E’ un problema serio, soprattutto perché è reso complicato dalla interferenza di motivazioni religiose che la sinistra, con il suo laicismo, sia pure illuminato, fa fatica a capire. Con la conseguenza che essa stessa non è capita né dagli immigrati (islamici innanzitutto) ai quali è sostanzialmente estraneo il concetto di laicità né dal “popolo cristiano” quale viene riscoperto in chiave identitaria presuntivamente religiosa ( tipica è l’idea del crocifisso come simbolo culturale occidentale). In compenso è stupefacente come vengano tollerate le provocazioni della Lega contro la religione islamica, ,o meglio contro le sue necessità espressive esteriori, percepite come “offensive” per l’identità popolare “italiana” ( si noti la disinvoltura con cui in questo caso la “italianità storica” viene restaurata a dispetto della Padania). Credo che qui le analisi socio-economiche servono molto poco.
Il discorso si allarga al ruolo impacciato della Chiesa italiana, che è rigorosa in linea di principio nella difesa di tutte le libertà religiose ma nel contempo è timorosa di perdere consenso presso il suo “popolo” .
3) Tracciamo un bilancio della storia degli ultimi dieci anni di quelle formazioni politiche che semplicisticamente vengono definite populiste. Hanno vissuto storie e tragitti politici diversi: alcune sono state meteore altre, invece, si sono “parlamentarizzate”. Quali sono le ragioni di queste differenze? E, a tal proposito, non crede che Lega Nord rappresenti un esempio di “parlamentarizzazione di successo”?
La “parlamentarizzazione” del populismo ( nel senso detto sopra) è il fenomeno più interessante in Europa, che riporta ancora una volta alla esemplarità del caso italiano.
La Lega si parlamentarizza, nel senso che valorizza con successo all’interno del parlamento il suo peso elettorale, approfittando dell’alleanza strategica con il berlusconismo ( uso intenzionalmente questa espressione per segnalare che – a tutt’oggi – la persona di Berlusconi è insostituibile come collante di forze politiche che, pur considerandosi tutte di centro-destra, tendono al loro interno ad essere competitive sino alla paralisi) . Di più: tra i due leader “populisti” , Bossi e Berlusconi, c’è una grande sintonia personale nella insofferenza verso le regole parlamentari vigenti. Si badi: non si tratta affatto di tendenze autoritarie, neofasciste, come a torto per anni la sinistra ( e molti intellettuali) ha denunciato.

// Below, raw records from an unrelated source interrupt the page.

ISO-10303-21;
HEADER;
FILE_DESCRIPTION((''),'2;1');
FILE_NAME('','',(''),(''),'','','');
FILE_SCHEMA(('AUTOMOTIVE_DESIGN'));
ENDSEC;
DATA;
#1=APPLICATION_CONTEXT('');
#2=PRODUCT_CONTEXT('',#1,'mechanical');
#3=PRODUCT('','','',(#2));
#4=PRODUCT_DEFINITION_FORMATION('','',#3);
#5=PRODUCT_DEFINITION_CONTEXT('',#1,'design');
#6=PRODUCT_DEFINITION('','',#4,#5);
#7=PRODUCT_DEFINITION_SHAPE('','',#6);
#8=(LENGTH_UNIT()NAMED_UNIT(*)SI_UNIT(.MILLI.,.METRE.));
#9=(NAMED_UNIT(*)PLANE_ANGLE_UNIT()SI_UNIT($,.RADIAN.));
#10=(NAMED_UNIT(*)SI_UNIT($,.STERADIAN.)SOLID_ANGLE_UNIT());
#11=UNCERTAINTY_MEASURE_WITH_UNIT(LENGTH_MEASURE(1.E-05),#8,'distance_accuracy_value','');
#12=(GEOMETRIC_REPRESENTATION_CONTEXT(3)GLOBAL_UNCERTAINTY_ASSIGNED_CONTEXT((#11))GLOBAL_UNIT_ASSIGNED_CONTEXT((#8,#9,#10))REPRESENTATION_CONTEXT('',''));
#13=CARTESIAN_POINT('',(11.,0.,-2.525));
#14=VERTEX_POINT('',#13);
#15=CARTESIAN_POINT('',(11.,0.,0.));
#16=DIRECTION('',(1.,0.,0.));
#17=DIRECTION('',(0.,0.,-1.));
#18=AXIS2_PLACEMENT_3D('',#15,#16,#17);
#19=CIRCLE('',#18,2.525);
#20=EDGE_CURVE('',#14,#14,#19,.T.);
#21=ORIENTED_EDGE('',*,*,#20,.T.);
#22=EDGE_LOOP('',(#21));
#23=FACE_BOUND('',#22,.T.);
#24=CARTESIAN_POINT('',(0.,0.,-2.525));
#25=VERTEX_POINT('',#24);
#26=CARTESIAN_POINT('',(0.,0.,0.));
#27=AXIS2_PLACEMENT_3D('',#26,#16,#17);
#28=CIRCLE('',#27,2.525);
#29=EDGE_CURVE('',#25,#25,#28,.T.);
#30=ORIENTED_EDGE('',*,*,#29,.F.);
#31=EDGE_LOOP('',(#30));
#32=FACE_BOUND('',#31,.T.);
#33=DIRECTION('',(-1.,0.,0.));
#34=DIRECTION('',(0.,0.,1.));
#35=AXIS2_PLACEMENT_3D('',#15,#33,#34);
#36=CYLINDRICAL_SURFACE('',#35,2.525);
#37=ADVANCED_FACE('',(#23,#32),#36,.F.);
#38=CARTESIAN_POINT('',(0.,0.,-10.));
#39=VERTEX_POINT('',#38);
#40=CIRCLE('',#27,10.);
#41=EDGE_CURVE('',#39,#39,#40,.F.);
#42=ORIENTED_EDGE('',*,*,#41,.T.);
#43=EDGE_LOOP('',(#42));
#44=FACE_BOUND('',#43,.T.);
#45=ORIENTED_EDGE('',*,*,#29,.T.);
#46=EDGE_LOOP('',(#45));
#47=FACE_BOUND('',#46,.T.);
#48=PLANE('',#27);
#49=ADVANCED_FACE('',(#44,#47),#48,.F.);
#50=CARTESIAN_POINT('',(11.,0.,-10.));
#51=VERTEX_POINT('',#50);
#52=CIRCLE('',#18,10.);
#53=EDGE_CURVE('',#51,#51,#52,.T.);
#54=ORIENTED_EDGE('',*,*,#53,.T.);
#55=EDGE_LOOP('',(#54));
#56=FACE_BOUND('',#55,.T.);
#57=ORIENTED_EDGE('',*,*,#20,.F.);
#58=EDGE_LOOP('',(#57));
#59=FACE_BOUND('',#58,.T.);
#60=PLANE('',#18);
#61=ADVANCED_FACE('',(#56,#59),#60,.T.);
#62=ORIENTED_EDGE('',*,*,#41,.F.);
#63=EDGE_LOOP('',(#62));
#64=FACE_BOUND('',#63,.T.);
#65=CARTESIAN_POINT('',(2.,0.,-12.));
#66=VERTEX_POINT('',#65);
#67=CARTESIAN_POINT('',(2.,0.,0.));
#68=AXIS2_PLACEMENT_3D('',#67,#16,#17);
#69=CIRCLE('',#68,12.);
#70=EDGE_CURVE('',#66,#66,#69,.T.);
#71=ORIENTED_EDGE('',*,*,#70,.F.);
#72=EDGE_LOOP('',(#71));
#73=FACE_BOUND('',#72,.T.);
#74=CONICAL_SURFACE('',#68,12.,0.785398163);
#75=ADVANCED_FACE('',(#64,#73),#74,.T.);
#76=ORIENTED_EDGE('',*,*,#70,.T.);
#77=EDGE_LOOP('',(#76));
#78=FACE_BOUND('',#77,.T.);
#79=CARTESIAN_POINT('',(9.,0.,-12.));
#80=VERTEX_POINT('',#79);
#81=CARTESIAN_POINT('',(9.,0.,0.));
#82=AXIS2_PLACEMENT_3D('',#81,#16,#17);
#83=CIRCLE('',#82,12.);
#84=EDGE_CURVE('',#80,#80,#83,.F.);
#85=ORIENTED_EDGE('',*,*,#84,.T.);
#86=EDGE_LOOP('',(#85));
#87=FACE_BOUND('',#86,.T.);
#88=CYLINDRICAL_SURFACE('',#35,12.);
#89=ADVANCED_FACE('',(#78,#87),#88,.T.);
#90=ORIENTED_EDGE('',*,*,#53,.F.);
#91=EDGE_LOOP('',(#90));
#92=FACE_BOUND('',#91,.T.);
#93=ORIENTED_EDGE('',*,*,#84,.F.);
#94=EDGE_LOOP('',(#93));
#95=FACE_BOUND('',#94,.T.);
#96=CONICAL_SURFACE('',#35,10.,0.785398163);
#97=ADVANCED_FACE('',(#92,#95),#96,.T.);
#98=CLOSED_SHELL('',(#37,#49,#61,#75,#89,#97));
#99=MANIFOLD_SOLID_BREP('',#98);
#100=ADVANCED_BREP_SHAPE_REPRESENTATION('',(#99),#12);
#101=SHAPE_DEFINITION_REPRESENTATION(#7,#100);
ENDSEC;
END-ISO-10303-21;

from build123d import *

# Parameters (mm, degrees)
SKETCH1_R           = 12
SKETCH1_R_2         = 2.525
BOSS_EXTRUDE1_DEPTH = 11
CHAMFER1_SIZE       = 2


with BuildPart() as part:
    # Sketch1 → Boss-Extrude1 (new body)
    with BuildSketch(Plane(origin=(0, 0, 0), x_dir=(0, 0, -1), z_dir=(1, 0, 0))):
        Circle(SKETCH1_R)
        Circle(SKETCH1_R_2, mode=Mode.SUBTRACT)
    extrude(amount=BOSS_EXTRUDE1_DEPTH)

    # Chamfer1
    chamfer1_edges = [part.edges().sort_by_distance(p)[0] for p in [
        (0, 0, 12),
        (11, 0, 12),
    ]]
    chamfer(chamfer1_edges, length=CHAMFER1_SIZE)


solid = part.part
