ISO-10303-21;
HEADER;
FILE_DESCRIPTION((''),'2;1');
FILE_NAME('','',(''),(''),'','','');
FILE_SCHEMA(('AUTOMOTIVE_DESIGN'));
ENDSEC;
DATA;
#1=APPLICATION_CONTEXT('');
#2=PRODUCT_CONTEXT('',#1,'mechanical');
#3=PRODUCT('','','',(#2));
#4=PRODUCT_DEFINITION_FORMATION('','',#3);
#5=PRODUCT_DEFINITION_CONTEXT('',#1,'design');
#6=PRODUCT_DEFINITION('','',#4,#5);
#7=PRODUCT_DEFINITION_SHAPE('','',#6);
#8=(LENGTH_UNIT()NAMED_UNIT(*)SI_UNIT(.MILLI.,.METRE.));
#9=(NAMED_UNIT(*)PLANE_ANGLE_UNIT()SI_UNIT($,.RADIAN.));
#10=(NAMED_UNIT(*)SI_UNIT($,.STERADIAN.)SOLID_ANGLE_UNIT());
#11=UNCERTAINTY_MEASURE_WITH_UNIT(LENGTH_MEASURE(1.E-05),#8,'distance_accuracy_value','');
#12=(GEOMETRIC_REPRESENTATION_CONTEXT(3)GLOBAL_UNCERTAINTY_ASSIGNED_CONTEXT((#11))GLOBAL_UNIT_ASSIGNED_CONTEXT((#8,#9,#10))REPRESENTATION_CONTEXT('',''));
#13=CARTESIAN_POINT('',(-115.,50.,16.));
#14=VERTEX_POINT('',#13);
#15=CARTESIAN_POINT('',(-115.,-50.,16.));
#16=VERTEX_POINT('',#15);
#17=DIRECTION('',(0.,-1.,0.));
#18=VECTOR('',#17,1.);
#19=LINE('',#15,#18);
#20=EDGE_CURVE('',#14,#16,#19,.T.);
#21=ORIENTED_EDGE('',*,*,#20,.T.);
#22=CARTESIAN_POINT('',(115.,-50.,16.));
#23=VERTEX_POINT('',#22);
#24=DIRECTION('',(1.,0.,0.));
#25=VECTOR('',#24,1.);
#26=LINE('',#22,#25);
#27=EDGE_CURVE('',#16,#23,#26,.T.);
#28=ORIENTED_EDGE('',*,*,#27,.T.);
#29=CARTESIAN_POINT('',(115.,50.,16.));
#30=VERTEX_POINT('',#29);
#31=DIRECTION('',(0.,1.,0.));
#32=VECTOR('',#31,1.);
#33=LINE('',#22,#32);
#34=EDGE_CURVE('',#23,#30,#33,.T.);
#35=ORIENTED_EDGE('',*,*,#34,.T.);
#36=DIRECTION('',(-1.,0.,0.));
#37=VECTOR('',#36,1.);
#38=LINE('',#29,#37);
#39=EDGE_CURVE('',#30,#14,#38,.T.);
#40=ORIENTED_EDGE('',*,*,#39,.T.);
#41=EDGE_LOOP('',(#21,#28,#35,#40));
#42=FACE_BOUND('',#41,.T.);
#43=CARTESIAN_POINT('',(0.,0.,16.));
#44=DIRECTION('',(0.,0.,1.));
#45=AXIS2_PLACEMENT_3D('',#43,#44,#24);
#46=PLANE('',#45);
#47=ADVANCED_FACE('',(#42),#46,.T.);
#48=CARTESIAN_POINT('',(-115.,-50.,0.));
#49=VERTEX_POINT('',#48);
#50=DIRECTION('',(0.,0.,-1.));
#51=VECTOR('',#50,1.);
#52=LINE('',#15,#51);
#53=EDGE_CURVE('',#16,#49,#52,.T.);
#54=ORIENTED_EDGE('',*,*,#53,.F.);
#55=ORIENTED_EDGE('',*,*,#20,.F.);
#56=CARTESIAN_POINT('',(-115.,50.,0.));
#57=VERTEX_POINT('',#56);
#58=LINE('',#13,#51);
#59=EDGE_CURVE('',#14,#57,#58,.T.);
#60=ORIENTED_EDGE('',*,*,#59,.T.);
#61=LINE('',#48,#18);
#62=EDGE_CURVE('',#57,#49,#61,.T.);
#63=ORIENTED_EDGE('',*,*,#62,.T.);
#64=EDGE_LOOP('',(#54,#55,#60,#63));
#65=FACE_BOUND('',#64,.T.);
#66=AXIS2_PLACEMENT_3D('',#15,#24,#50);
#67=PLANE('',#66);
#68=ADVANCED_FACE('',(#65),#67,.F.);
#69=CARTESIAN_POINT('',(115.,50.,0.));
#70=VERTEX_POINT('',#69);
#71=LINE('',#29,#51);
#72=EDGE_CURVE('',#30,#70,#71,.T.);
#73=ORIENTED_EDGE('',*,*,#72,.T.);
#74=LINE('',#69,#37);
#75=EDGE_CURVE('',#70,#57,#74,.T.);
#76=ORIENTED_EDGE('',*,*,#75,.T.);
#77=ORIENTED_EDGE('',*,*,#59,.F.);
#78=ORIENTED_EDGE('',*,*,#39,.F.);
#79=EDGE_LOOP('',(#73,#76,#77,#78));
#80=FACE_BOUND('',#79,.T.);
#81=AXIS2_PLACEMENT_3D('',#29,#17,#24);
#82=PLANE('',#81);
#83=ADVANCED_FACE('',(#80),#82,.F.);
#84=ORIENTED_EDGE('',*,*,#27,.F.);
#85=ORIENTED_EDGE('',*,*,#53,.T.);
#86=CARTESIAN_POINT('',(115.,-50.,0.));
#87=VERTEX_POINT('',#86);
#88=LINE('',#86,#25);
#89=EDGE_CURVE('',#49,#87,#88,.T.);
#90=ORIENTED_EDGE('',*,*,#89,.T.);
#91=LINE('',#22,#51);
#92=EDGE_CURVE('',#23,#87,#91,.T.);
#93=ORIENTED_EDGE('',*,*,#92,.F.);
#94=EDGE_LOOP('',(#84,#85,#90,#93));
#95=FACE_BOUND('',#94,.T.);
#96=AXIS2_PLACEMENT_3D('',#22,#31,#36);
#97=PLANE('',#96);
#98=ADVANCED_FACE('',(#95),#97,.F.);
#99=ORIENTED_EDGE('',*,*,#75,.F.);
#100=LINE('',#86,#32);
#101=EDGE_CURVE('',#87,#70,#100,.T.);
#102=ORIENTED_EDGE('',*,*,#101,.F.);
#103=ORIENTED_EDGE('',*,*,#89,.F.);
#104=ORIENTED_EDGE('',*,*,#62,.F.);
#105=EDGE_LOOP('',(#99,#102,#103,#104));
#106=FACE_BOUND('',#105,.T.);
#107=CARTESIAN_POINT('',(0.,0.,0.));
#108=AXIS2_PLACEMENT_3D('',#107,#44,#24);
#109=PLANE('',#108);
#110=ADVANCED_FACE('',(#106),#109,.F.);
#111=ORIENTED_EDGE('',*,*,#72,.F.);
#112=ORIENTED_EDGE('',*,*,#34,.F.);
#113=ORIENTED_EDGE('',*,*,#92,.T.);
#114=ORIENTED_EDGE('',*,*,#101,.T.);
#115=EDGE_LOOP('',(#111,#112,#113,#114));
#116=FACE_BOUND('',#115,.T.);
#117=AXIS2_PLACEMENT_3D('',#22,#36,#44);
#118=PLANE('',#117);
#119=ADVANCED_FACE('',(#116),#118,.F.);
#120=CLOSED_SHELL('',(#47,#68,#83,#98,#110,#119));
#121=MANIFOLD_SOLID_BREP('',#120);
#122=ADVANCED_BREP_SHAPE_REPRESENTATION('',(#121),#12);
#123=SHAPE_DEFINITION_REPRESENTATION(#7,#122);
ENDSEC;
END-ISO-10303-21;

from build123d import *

# Parameters (mm, degrees)
SKETCH_1_W      = 230
SKETCH_1_H      = 100
EXTRUDE_1_DEPTH = 16


with BuildPart() as part:
    # 草图1 → 凸台-拉伸1 (new body)
    with BuildSketch(Plane.XY):
        Rectangle(SKETCH_1_W, SKETCH_1_H)
    extrude(amount=EXTRUDE_1_DEPTH)


solid = part.part
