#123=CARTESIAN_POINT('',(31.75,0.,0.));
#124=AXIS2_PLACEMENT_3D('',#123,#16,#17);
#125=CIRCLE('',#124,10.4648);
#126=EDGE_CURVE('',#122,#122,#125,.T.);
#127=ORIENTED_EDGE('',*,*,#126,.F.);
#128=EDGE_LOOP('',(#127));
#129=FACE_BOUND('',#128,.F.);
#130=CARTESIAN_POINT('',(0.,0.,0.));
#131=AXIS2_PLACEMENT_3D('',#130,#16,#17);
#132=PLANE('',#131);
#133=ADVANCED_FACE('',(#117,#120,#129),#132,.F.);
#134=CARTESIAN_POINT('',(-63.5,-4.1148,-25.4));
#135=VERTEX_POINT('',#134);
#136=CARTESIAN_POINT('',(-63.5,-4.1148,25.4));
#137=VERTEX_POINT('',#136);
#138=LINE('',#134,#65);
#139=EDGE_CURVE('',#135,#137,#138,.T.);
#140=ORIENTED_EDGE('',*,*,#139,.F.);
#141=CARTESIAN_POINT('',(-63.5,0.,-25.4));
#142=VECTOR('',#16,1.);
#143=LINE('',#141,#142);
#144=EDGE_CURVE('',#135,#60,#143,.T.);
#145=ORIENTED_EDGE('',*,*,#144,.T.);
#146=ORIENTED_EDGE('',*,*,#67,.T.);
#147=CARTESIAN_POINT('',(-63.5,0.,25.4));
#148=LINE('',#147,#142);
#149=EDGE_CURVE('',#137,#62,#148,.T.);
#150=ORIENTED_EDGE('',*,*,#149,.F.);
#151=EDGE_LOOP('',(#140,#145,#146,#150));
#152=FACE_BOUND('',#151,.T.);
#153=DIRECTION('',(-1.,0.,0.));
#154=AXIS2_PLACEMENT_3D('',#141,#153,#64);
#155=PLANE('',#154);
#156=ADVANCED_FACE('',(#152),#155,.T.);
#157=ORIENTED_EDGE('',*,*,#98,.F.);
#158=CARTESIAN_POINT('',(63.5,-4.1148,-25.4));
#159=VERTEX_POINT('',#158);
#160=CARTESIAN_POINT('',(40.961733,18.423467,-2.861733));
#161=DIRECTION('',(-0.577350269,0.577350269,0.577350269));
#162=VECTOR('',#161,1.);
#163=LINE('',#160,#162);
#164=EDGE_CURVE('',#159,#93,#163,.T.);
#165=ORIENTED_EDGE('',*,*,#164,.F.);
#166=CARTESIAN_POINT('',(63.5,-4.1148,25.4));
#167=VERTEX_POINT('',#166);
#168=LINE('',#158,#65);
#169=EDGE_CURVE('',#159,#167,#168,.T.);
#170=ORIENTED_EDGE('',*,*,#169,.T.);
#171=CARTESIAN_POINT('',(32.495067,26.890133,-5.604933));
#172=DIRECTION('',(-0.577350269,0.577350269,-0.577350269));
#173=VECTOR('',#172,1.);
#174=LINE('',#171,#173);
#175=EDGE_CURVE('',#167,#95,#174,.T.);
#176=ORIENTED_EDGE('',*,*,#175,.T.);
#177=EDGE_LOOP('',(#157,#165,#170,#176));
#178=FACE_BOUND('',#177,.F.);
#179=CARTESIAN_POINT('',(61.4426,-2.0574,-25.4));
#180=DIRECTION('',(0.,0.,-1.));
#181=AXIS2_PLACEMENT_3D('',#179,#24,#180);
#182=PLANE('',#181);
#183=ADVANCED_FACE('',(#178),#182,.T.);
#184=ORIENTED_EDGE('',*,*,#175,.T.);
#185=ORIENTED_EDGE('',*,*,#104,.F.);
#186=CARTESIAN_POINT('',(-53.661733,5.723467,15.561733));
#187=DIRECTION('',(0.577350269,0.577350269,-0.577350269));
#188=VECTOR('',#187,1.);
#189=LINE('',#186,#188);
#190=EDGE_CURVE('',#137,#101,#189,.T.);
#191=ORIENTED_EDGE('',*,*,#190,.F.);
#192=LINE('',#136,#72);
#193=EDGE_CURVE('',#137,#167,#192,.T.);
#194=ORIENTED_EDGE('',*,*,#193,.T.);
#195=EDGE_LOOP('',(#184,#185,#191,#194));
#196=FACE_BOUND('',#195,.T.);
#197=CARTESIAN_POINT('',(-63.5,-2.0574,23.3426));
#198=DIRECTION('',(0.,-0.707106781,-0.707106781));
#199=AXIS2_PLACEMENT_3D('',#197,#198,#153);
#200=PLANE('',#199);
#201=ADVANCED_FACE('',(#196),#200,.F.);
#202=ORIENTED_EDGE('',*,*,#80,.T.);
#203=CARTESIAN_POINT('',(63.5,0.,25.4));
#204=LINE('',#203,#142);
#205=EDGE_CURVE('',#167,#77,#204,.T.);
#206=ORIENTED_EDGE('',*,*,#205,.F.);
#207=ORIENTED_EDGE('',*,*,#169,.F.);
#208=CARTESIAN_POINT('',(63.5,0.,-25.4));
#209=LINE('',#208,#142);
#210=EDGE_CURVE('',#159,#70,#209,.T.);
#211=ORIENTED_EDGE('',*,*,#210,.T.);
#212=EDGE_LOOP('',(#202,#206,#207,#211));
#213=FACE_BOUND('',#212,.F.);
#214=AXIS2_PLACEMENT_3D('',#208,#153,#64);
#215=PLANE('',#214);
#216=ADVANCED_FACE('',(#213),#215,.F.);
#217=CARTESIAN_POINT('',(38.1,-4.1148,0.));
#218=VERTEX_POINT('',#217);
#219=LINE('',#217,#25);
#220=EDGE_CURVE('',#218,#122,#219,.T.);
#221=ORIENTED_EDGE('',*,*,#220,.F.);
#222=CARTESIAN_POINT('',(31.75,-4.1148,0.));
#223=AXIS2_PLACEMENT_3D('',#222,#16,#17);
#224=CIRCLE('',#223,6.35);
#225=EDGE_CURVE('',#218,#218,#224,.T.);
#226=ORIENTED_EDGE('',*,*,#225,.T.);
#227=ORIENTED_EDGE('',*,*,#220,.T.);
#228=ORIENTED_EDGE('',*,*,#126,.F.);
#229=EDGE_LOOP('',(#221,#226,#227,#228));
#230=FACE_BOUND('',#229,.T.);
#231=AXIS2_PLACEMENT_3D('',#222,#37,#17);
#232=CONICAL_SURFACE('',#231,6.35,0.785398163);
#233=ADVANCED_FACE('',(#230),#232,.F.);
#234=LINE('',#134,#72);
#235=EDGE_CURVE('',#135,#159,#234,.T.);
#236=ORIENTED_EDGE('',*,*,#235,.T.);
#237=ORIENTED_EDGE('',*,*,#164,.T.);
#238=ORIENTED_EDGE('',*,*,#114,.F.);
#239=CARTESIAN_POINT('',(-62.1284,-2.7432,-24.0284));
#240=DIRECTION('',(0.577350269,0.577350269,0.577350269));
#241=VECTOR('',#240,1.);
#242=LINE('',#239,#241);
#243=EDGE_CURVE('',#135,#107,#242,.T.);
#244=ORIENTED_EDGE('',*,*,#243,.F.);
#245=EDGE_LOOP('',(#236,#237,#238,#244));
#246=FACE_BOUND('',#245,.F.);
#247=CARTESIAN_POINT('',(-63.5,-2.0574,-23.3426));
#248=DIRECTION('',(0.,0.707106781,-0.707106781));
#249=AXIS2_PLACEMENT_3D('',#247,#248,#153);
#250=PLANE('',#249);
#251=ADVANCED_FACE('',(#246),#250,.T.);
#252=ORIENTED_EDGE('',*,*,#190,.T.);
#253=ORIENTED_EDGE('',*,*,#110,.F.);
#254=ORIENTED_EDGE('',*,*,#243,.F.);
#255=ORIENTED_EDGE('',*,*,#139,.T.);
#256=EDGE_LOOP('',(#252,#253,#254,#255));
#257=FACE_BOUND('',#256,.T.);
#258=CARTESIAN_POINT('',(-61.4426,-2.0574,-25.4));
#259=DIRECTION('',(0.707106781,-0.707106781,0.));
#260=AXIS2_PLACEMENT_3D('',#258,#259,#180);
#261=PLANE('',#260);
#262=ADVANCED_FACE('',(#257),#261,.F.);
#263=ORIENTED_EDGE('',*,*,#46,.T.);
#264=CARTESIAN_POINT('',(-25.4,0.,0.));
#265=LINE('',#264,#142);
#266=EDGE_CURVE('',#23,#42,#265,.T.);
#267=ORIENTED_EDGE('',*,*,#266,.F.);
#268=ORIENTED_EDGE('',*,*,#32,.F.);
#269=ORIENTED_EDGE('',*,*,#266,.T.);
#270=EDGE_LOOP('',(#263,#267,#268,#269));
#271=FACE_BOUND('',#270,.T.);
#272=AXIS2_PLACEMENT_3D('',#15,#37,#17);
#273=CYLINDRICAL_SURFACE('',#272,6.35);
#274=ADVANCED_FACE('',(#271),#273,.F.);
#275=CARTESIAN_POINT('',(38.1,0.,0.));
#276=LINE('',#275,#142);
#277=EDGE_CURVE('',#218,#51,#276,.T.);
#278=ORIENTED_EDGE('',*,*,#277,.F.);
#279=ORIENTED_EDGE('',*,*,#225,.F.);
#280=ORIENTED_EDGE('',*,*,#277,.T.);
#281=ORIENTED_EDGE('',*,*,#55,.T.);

Non è facile trovare un concetto che identifichi con precisione questo orientamento. Si potrebbe parlare semplicemente di tendenza “presidenzialista”, se in ogni forma di populismo non fosse presente una sorta di culto del capo che va ben al di là della formula costituzionale presidenziale.
Insomma nella combinazione tra parlamentarizzazione e presidenzialismo si giocherà il futuro del populismo europeo e italiano in particolare.